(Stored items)
+---+

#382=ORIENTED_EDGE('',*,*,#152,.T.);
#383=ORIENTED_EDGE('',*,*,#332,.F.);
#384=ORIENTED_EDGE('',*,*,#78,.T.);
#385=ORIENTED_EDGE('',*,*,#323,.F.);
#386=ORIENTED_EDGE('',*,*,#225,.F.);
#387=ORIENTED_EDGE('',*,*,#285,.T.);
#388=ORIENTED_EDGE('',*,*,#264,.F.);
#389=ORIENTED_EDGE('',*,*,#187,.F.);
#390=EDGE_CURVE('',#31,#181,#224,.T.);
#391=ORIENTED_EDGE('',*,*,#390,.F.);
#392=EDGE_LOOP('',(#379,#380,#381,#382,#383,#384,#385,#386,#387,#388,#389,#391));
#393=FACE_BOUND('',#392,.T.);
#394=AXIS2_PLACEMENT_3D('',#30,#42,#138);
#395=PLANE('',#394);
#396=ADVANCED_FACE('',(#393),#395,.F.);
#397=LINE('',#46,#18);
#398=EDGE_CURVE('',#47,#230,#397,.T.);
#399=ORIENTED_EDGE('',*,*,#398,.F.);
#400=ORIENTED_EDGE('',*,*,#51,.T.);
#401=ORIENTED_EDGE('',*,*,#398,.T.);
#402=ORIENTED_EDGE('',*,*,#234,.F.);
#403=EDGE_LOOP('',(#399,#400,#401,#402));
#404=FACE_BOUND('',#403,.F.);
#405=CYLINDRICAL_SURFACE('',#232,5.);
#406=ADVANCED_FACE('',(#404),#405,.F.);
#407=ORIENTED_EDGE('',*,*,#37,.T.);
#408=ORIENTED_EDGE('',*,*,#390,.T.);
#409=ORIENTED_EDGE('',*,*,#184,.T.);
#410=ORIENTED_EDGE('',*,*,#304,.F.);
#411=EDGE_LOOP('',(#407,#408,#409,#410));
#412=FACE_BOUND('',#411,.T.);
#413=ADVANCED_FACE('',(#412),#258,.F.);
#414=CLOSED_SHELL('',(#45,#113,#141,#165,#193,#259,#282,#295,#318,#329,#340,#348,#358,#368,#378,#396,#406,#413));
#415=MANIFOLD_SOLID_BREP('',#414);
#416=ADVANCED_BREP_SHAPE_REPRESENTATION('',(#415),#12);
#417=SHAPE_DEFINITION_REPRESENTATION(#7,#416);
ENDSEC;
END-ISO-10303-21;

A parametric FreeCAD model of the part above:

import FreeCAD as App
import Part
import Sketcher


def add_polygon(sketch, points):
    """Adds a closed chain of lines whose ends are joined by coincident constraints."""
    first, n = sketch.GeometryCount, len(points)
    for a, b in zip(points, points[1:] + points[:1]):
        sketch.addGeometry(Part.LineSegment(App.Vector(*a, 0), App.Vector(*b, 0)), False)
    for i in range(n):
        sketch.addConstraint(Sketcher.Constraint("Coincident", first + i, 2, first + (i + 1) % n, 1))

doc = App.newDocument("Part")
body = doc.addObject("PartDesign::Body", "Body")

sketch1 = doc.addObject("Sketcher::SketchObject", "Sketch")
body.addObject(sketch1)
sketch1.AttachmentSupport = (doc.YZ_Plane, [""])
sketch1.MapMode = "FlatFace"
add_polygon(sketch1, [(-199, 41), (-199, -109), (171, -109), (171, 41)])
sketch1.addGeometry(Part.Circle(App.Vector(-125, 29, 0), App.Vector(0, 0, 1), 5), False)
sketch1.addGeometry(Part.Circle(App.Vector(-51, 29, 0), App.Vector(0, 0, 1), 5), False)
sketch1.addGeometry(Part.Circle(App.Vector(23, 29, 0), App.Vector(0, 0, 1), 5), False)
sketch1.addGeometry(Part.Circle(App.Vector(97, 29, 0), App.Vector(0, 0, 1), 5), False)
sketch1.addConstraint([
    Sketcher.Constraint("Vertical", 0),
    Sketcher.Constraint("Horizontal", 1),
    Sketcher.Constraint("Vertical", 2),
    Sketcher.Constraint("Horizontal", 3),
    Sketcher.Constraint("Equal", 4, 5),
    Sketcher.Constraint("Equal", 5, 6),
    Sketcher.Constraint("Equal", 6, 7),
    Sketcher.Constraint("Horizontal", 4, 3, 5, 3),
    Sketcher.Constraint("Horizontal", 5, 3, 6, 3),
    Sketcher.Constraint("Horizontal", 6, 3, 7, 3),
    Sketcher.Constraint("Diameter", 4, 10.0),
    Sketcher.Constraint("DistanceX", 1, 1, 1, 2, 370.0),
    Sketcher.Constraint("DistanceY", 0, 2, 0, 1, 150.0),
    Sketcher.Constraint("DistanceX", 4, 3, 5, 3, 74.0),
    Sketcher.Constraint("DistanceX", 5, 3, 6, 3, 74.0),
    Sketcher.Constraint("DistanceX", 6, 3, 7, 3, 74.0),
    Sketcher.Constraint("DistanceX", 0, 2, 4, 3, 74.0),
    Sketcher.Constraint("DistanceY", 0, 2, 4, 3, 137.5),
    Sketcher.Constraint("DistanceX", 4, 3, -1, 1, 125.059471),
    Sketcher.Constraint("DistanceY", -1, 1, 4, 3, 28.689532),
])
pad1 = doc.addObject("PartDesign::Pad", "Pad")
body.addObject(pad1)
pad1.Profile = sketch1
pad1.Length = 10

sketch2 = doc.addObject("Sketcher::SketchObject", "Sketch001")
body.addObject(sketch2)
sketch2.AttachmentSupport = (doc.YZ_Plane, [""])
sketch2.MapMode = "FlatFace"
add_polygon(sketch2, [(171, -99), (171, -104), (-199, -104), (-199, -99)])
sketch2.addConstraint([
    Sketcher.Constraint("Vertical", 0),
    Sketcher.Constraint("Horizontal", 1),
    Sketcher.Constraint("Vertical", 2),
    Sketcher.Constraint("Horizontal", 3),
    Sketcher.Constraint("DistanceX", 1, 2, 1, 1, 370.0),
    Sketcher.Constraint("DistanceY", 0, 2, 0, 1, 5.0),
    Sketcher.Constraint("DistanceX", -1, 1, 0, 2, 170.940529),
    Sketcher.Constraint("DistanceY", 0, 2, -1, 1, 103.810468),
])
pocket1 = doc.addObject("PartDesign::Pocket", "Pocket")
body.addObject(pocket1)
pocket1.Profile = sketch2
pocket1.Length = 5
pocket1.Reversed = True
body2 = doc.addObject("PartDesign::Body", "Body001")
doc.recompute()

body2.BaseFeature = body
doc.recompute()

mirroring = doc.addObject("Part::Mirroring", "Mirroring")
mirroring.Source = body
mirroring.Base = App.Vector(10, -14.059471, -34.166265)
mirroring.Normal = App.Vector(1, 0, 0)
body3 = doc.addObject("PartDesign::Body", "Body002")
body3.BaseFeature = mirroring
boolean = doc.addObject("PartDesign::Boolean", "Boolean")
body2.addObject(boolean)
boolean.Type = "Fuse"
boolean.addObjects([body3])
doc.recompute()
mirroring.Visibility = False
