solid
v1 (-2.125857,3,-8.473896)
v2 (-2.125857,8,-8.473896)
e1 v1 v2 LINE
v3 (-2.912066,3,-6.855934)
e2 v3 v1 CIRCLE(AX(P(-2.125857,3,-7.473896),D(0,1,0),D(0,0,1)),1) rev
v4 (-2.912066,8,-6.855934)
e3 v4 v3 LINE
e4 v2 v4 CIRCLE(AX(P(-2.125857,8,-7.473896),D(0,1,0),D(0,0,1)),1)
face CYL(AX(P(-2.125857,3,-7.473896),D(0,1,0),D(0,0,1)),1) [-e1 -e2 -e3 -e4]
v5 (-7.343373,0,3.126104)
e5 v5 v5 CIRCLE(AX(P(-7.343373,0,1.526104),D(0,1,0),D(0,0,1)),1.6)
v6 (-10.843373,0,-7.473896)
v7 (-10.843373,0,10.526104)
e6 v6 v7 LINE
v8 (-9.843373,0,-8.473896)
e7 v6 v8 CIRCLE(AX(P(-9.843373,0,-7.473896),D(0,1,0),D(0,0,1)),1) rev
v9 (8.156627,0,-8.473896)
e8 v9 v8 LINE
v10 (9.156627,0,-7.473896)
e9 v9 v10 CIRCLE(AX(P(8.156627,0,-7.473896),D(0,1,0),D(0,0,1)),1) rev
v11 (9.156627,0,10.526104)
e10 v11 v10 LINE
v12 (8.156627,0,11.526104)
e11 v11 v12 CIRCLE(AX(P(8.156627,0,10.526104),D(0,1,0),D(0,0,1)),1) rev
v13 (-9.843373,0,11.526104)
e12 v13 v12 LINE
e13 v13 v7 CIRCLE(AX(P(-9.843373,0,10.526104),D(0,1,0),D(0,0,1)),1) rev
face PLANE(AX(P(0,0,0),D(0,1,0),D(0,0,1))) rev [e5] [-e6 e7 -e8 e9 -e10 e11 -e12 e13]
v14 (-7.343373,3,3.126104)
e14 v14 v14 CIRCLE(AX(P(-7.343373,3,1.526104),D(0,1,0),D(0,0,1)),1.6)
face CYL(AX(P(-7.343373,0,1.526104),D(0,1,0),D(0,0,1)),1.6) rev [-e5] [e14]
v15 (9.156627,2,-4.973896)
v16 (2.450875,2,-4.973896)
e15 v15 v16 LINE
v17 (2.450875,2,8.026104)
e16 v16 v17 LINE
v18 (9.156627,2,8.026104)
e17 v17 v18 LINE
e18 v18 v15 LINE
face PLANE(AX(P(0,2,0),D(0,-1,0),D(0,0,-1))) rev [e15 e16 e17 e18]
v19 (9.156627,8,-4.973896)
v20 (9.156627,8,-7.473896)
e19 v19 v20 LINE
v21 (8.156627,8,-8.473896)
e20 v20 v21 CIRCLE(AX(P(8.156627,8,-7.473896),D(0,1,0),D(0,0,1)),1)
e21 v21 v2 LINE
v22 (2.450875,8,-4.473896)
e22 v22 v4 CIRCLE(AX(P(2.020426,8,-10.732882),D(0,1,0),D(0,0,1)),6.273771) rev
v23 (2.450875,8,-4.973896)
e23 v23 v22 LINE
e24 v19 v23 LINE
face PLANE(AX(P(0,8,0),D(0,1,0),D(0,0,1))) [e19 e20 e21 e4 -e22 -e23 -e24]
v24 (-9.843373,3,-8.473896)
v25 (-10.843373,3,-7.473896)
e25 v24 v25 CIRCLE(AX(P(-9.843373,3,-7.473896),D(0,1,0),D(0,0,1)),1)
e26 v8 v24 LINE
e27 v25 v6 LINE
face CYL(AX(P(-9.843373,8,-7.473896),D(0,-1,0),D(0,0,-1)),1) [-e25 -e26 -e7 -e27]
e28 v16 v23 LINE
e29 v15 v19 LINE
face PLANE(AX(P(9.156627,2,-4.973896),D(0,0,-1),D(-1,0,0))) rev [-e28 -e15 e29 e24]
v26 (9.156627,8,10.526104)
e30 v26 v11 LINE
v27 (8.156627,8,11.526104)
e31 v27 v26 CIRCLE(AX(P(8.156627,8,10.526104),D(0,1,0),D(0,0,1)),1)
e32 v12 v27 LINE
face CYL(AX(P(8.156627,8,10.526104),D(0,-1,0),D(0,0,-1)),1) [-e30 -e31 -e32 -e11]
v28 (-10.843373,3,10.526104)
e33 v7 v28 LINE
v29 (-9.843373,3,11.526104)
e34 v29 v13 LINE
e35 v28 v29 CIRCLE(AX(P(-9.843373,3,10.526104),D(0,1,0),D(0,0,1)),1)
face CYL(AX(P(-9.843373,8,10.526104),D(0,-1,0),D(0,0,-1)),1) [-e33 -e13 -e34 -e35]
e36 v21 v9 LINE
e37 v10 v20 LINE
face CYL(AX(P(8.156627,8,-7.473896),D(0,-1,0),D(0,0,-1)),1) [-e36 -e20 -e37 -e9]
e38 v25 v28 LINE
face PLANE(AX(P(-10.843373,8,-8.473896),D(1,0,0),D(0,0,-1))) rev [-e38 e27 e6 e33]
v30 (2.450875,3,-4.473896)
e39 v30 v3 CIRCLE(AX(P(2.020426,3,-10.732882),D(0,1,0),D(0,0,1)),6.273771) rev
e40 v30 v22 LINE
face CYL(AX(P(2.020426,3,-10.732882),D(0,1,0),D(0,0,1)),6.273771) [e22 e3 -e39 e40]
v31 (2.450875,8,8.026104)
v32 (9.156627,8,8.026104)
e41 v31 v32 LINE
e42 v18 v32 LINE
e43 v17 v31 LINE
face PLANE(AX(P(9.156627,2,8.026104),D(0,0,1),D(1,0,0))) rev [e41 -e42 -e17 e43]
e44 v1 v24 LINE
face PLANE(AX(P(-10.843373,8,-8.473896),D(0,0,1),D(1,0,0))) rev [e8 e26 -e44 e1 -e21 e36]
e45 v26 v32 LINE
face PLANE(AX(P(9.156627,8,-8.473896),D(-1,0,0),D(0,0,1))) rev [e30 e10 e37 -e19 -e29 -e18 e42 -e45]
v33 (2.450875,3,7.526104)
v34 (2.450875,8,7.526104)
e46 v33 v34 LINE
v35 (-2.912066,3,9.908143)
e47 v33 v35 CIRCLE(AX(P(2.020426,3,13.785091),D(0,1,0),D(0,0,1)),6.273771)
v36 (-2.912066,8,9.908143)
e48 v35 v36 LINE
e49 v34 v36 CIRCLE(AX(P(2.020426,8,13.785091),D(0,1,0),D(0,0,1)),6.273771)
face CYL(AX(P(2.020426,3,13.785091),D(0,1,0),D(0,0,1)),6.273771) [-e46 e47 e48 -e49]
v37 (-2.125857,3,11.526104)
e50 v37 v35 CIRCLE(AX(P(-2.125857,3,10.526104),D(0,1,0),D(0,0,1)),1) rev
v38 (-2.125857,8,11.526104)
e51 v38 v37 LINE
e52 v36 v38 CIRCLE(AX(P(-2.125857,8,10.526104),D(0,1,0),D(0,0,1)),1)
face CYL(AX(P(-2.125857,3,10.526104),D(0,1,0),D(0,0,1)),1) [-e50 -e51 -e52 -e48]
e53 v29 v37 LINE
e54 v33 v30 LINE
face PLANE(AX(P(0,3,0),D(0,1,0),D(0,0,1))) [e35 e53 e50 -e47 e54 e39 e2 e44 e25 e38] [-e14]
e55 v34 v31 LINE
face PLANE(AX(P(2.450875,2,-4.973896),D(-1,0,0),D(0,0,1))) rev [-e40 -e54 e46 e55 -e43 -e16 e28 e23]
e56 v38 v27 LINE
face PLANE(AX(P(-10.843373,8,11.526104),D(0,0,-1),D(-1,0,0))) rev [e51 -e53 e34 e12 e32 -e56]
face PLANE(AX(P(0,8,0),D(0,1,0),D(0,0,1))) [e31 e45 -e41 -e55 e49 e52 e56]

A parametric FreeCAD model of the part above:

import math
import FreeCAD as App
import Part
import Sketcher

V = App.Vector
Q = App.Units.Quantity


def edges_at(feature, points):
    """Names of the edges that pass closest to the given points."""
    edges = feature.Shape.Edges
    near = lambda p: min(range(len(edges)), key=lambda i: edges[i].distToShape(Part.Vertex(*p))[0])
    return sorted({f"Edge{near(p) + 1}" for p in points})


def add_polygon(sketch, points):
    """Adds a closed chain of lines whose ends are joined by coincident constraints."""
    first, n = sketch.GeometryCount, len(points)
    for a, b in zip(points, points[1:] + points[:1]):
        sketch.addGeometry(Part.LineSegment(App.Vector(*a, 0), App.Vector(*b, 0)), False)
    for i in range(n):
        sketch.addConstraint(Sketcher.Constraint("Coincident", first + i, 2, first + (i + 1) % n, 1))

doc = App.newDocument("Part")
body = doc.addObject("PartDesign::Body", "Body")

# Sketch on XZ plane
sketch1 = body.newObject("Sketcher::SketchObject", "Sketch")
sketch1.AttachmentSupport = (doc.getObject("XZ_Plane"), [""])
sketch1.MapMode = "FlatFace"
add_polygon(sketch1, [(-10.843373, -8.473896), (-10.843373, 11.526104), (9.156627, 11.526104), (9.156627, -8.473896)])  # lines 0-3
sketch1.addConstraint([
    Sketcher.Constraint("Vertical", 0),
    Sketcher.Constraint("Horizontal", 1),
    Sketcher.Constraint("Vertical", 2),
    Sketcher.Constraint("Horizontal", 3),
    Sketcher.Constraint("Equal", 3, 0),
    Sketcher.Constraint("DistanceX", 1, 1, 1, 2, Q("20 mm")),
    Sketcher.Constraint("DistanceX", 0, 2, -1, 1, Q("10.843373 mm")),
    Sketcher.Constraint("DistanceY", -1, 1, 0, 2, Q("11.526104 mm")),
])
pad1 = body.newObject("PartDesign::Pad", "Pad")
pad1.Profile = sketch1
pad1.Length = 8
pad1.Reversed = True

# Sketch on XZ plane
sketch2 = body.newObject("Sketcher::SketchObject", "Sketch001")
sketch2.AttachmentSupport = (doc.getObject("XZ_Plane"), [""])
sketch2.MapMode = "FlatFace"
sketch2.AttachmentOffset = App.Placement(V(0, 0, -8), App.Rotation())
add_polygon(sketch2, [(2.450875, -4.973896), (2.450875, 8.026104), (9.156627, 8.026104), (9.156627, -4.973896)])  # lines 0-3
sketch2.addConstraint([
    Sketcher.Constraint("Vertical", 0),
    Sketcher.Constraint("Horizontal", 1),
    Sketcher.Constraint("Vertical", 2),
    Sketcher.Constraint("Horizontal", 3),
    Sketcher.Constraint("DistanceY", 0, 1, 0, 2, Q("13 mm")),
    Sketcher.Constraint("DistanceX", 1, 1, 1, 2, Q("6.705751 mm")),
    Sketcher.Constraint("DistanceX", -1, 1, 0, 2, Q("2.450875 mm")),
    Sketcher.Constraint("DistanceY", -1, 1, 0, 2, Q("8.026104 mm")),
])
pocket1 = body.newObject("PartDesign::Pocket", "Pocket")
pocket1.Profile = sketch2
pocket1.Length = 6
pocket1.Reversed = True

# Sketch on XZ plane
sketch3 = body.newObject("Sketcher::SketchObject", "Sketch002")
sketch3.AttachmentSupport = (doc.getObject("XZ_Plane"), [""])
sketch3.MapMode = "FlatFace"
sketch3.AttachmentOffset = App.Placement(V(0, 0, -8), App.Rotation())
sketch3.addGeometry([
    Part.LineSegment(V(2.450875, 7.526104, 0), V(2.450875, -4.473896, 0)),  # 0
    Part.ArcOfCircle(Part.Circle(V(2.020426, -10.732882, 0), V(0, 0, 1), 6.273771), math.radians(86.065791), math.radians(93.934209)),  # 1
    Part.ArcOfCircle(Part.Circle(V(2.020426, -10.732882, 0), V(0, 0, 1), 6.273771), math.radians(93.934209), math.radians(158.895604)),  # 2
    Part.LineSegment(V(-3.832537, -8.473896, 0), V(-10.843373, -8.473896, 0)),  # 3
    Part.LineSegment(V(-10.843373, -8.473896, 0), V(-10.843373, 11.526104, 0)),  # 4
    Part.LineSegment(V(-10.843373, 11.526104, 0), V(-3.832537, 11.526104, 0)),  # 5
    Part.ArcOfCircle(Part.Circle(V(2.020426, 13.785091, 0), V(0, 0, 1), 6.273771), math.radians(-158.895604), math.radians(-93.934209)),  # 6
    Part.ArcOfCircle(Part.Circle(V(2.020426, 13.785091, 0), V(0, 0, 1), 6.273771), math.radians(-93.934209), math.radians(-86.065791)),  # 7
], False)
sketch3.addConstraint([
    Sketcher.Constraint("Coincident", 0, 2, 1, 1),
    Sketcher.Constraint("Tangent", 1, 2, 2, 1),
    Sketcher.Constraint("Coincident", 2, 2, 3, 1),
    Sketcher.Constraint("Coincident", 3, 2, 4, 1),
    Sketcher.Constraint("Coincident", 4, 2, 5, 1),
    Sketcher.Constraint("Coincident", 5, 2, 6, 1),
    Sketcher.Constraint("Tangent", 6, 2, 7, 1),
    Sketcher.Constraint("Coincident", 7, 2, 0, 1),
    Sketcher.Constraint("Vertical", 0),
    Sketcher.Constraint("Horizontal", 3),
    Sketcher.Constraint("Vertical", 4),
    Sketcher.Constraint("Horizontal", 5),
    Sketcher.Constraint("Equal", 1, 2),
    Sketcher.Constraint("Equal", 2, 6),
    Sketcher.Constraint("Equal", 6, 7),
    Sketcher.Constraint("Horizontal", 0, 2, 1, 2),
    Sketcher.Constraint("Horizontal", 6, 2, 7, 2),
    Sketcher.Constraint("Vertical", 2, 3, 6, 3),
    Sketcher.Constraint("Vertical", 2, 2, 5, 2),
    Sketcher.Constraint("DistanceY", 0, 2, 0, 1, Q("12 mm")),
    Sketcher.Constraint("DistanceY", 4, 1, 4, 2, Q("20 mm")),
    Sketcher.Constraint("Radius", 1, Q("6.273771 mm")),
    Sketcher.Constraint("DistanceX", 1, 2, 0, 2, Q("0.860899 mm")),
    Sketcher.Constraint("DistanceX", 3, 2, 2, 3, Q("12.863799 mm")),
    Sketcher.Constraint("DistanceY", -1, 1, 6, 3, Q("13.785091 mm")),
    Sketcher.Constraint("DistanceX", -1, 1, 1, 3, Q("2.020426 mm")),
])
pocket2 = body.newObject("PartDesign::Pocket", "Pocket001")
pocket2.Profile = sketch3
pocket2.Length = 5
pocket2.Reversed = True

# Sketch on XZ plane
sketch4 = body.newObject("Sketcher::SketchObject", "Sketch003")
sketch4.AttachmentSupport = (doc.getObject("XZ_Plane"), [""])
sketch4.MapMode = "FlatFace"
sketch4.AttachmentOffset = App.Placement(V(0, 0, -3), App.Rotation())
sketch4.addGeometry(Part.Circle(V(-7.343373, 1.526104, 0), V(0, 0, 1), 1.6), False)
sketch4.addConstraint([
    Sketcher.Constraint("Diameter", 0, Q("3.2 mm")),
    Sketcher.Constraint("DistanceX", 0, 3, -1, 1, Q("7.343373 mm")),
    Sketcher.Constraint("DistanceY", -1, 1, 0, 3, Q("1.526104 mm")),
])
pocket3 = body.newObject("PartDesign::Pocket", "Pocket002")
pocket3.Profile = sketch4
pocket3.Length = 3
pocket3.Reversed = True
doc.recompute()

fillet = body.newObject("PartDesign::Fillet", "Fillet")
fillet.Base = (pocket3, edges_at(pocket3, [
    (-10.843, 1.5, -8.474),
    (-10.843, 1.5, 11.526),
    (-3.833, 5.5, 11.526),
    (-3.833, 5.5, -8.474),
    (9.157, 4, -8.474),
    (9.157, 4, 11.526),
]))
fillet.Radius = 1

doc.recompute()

+---+

Exactly the lines from the start of the entries through the one bearing "#397=LINE('',#46,#18);" are to be output, with both ends included.

◆ Written solution:
#382=ORIENTED_EDGE('',*,*,#152,.T.);
#383=ORIENTED_EDGE('',*,*,#332,.F.);
#384=ORIENTED_EDGE('',*,*,#78,.T.);
#385=ORIENTED_EDGE('',*,*,#323,.F.);
#386=ORIENTED_EDGE('',*,*,#225,.F.);
#387=ORIENTED_EDGE('',*,*,#285,.T.);
#388=ORIENTED_EDGE('',*,*,#264,.F.);
#389=ORIENTED_EDGE('',*,*,#187,.F.);
#390=EDGE_CURVE('',#31,#181,#224,.T.);
#391=ORIENTED_EDGE('',*,*,#390,.F.);
#392=EDGE_LOOP('',(#379,#380,#381,#382,#383,#384,#385,#386,#387,#388,#389,#391));
#393=FACE_BOUND('',#392,.T.);
#394=AXIS2_PLACEMENT_3D('',#30,#42,#138);
#395=PLANE('',#394);
#396=ADVANCED_FACE('',(#393),#395,.F.);
#397=LINE('',#46,#18);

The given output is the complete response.